# Work task
Restate word for word the lines in the listing below, starting at the line containing "0), (38.757574, 29.413341))" and ending at the line containing "A parametric FreeCAD", both included; leave out the rest.

======

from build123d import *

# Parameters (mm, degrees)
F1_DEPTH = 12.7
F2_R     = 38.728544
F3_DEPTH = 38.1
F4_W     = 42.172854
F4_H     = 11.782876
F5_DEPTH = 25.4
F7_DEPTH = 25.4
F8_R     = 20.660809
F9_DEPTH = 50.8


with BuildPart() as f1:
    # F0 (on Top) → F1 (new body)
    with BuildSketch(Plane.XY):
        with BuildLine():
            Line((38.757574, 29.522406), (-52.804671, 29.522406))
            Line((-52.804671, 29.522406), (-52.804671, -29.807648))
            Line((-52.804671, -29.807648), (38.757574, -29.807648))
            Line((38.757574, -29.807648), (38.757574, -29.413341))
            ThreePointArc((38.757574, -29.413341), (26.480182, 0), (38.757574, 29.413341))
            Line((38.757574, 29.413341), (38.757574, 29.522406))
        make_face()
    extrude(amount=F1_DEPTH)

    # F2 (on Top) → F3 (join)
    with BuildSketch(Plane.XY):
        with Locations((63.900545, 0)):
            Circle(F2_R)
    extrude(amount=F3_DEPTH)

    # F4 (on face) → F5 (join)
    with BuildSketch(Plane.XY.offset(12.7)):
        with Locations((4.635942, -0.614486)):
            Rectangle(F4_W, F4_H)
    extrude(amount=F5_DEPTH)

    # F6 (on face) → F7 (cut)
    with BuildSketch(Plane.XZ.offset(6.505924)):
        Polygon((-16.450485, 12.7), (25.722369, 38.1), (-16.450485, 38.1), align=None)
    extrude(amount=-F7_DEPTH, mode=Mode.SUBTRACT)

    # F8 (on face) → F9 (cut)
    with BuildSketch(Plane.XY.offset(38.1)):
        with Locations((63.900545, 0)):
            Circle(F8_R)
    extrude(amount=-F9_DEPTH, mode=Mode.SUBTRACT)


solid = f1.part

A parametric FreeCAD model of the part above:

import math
import FreeCAD as App
import Part
import Sketcher
from FreeCAD import Vector
Q = App.Units.Quantity

doc = App.newDocument("Part")
body = doc.addObject("PartDesign::Body", "Body")

# Sketch on XY plane
sketch1 = body.newObject("Sketcher::SketchObject", "Sketch")
sketch1.AttachmentSupport = (doc.getObject("XY_Plane"), [""])
sketch1.MapMode = "FlatFace"
sketch1.addGeometry([
    Part.LineSegment(Vector(38.76, 29.52, 0), Vector(-52.8, 29.52, 0)),  # 0
    Part.LineSegment(Vector(-52.8, 29.52, 0), Vector(-52.8, -29.81, 0)),  # 1
    Part.LineSegment(Vector(-52.8, -29.81, 0), Vector(38.76, -29.81, 0)),  # 2
    Part.LineSegment(Vector(38.76, -29.81, 0), Vector(38.76, -29.41, 0)),  # 3
    Part.ArcOfCircle(Part.Circle(Vector(67.85, 0, 0), Vector(0, 0, 1), 41.37), math.radians(135), math.radians(225)),  # 4
    Part.LineSegment(Vector(38.76, 29.41, 0), Vector(38.76, 29.52, 0)),  # 5
], False)
sketch1.addConstraint([
    Sketcher.Constraint("Coincident", 0, 2, 1, 1),
    Sketcher.Constraint("Coincident", 1, 2, 2, 1),
    Sketcher.Constraint("Coincident", 2, 2, 3, 1),
    Sketcher.Constraint("Coincident", 3, 2, 4, 2),
    Sketcher.Constraint("Coincident", 4, 1, 5, 1),
    Sketcher.Constraint("Coincident", 5, 2, 0, 1),
    Sketcher.Constraint("Horizontal", 0),
    Sketcher.Constraint("Vertical", 1),
    Sketcher.Constraint("Horizontal", 2),
    Sketcher.Constraint("Vertical", 3),
    Sketcher.Constraint("Vertical", 5),
    Sketcher.Constraint("Symmetric", 3, 2, 4, 1, -1),
    Sketcher.Constraint("Radius", 4, 41.371937),
    Sketcher.Constraint("DistanceX", 0, 2, 0, 1, 91.562245),
    Sketcher.Constraint("DistanceY", 1, 2, 1, 1, 59.330054),
    Sketcher.Constraint("DistanceY", 3, 1, 3, 2, 0.394307),
    Sketcher.Constraint("DistanceY", 5, 1, 5, 2, 0.109065),
    Sketcher.Constraint("DistanceX", -1, 1, 4, 3, 67.852119),
])
pad1 = body.newObject("PartDesign::Pad", "Pad")
pad1.Profile = sketch1
pad1.Length = Q("0.5 in")

# Sketch on XY plane
sketch2 = body.newObject("Sketcher::SketchObject", "Sketch001")
sketch2.AttachmentSupport = (doc.getObject("XY_Plane"), [""])
sketch2.MapMode = "FlatFace"
sketch2.addGeometry(Part.Circle(Vector(64, 0, 0), Vector(0, 0, 1), 39), False)
sketch2.addConstraint([
    Sketcher.Constraint("PointOnObject", 0, 3, -1),
    Sketcher.Constraint("Diameter", 0, 77.457088),
    Sketcher.Constraint("DistanceX", -1, 1, 0, 3, 63.900545),
])
pad2 = body.newObject("PartDesign::Pad", "Pad001")
pad2.Profile = sketch2
pad2.Length = Q("1.5 in")

# Sketch on XY plane
sketch3 = body.newObject("Sketcher::SketchObject", "Sketch002")
sketch3.AttachmentSupport = (doc.getObject("XY_Plane"), [""])
sketch3.MapMode = "FlatFace"
sketch3.AttachmentOffset = App.Placement(Vector(0, 0, 0.5 * 25.4), App.Rotation())
sketch3.addGeometry([
    Part.LineSegment(Vector(-16, 5, 0), Vector(-16, -7, 0)),
    Part.LineSegment(Vector(-16, -7, 0), Vector(26, -7, 0)),
    Part.LineSegment(Vector(26, -7, 0), Vector(26, 5, 0)),
    Part.LineSegment(Vector(26, 5, 0), Vector(-16, 5, 0)),
], False)
sketch3.addConstraint([
    Sketcher.Constraint("Coincident", 0, 2, 1, 1),
    Sketcher.Constraint("Coincident", 1, 2, 2, 1),
    Sketcher.Constraint("Coincident", 2, 2, 3, 1),
    Sketcher.Constraint("Coincident", 3, 2, 0, 1),
    Sketcher.Constraint("Vertical", 0),
    Sketcher.Constraint("Horizontal", 1),
    Sketcher.Constraint("Vertical", 2),
    Sketcher.Constraint("Horizontal", 3),
    Sketcher.Constraint("DistanceX", 1, 1, 1, 2, 42.172854),
    Sketcher.Constraint("DistanceY", 0, 2, 0, 1, 11.782876),
    Sketcher.Constraint("DistanceX", -1, 1, 1, 2, 25.722369),
    Sketcher.Constraint("DistanceY", -1, 1, 2, 2, 5.276952),
])
pad3 = body.newObject("PartDesign::Pad", "Pad002")
pad3.Profile = sketch3
pad3.Length = Q("1 in")

# Sketch on XZ plane
sketch4 = body.newObject("Sketcher::SketchObject", "Sketch003")
sketch4.AttachmentSupport = (doc.getObject("XZ_Plane"), [""])
sketch4.MapMode = "FlatFace"
sketch4.AttachmentOffset = App.Placement(Vector(0, 0, 6.505924), App.Rotation())
sketch4.addGeometry([
    Part.LineSegment(Vector(-16, 13, 0), Vector(26, 38, 0)),
    Part.LineSegment(Vector(26, 38, 0), Vector(-16, 38, 0)),
    Part.LineSegment(Vector(-16, 38, 0), Vector(-16, 13, 0)),
], False)
sketch4.addConstraint([
    Sketcher.Constraint("Coincident", 0, 2, 1, 1),
    Sketcher.Constraint("Coincident", 1, 2, 2, 1),
    Sketcher.Constraint("Coincident", 2, 2, 0, 1),
    Sketcher.Constraint("Horizontal", 1),
    Sketcher.Constraint("Vertical", 2),
    Sketcher.Constraint("DistanceY", 2, 2, 2, 1, Q("1 in")),
    Sketcher.Constraint("DistanceY", -1, 1, 0, 2, Q("1.5 in")),
    Sketcher.Constraint("DistanceX", 1, 2, 1, 1, 42.172854),
    Sketcher.Constraint("DistanceX", -1, 1, 0, 2, 25.722369),
])
pocket1 = body.newObject("PartDesign::Pocket", "Pocket")
pocket1.Profile = sketch4
pocket1.Length = Q("1 in")

# Sketch on XY plane
sketch5 = body.newObject("Sketcher::SketchObject", "Sketch004")
sketch5.AttachmentSupport = (doc.getObject("XY_Plane"), [""])
sketch5.MapMode = "FlatFace"
sketch5.AttachmentOffset = App.Placement(Vector(0, 0, 1.5 * 25.4), App.Rotation())
sketch5.addGeometry(Part.Circle(Vector(64, 0, 0), Vector(0, 0, 1), 21), False)
sketch5.addConstraint([
    Sketcher.Constraint("PointOnObject", 0, 3, -1),
    Sketcher.Constraint("Diameter", 0, 41.321618),
    Sketcher.Constraint("DistanceX", -1, 1, 0, 3, 63.900545),
])
pocket2 = body.newObject("PartDesign::Pocket", "Pocket001")
pocket2.Profile = sketch5
pocket2.Length = Q("2 in")

doc.recompute()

======

# Exercise output
            ThreePointArc((38.757574, -29.413341), (26.480182, 0), (38.757574, 29.413341))
            Line((38.757574, 29.413341), (38.757574, 29.522406))
        make_face()
    extrude(amount=F1_DEPTH)

    # F2 (on Top) → F3 (join)
    with BuildSketch(Plane.XY):
        with Locations((63.900545, 0)):
            Circle(F2_R)
    extrude(amount=F3_DEPTH)

    # F4 (on face) → F5 (join)
    with BuildSketch(Plane.XY.offset(12.7)):
        with Locations((4.635942, -0.614486)):
            Rectangle(F4_W, F4_H)
    extrude(amount=F5_DEPTH)

    # F6 (on face) → F7 (cut)
    with BuildSketch(Plane.XZ.offset(6.505924)):
        Polygon((-16.450485, 12.7), (25.722369, 38.1), (-16.450485, 38.1), align=None)
    extrude(amount=-F7_DEPTH, mode=Mode.SUBTRACT)

    # F8 (on face) → F9 (cut)
    with BuildSketch(Plane.XY.offset(38.1)):
        with Locations((63.900545, 0)):
            Circle(F8_R)
    extrude(amount=-F9_DEPTH, mode=Mode.SUBTRACT)


solid = f1.part

A parametric FreeCAD model of the part above:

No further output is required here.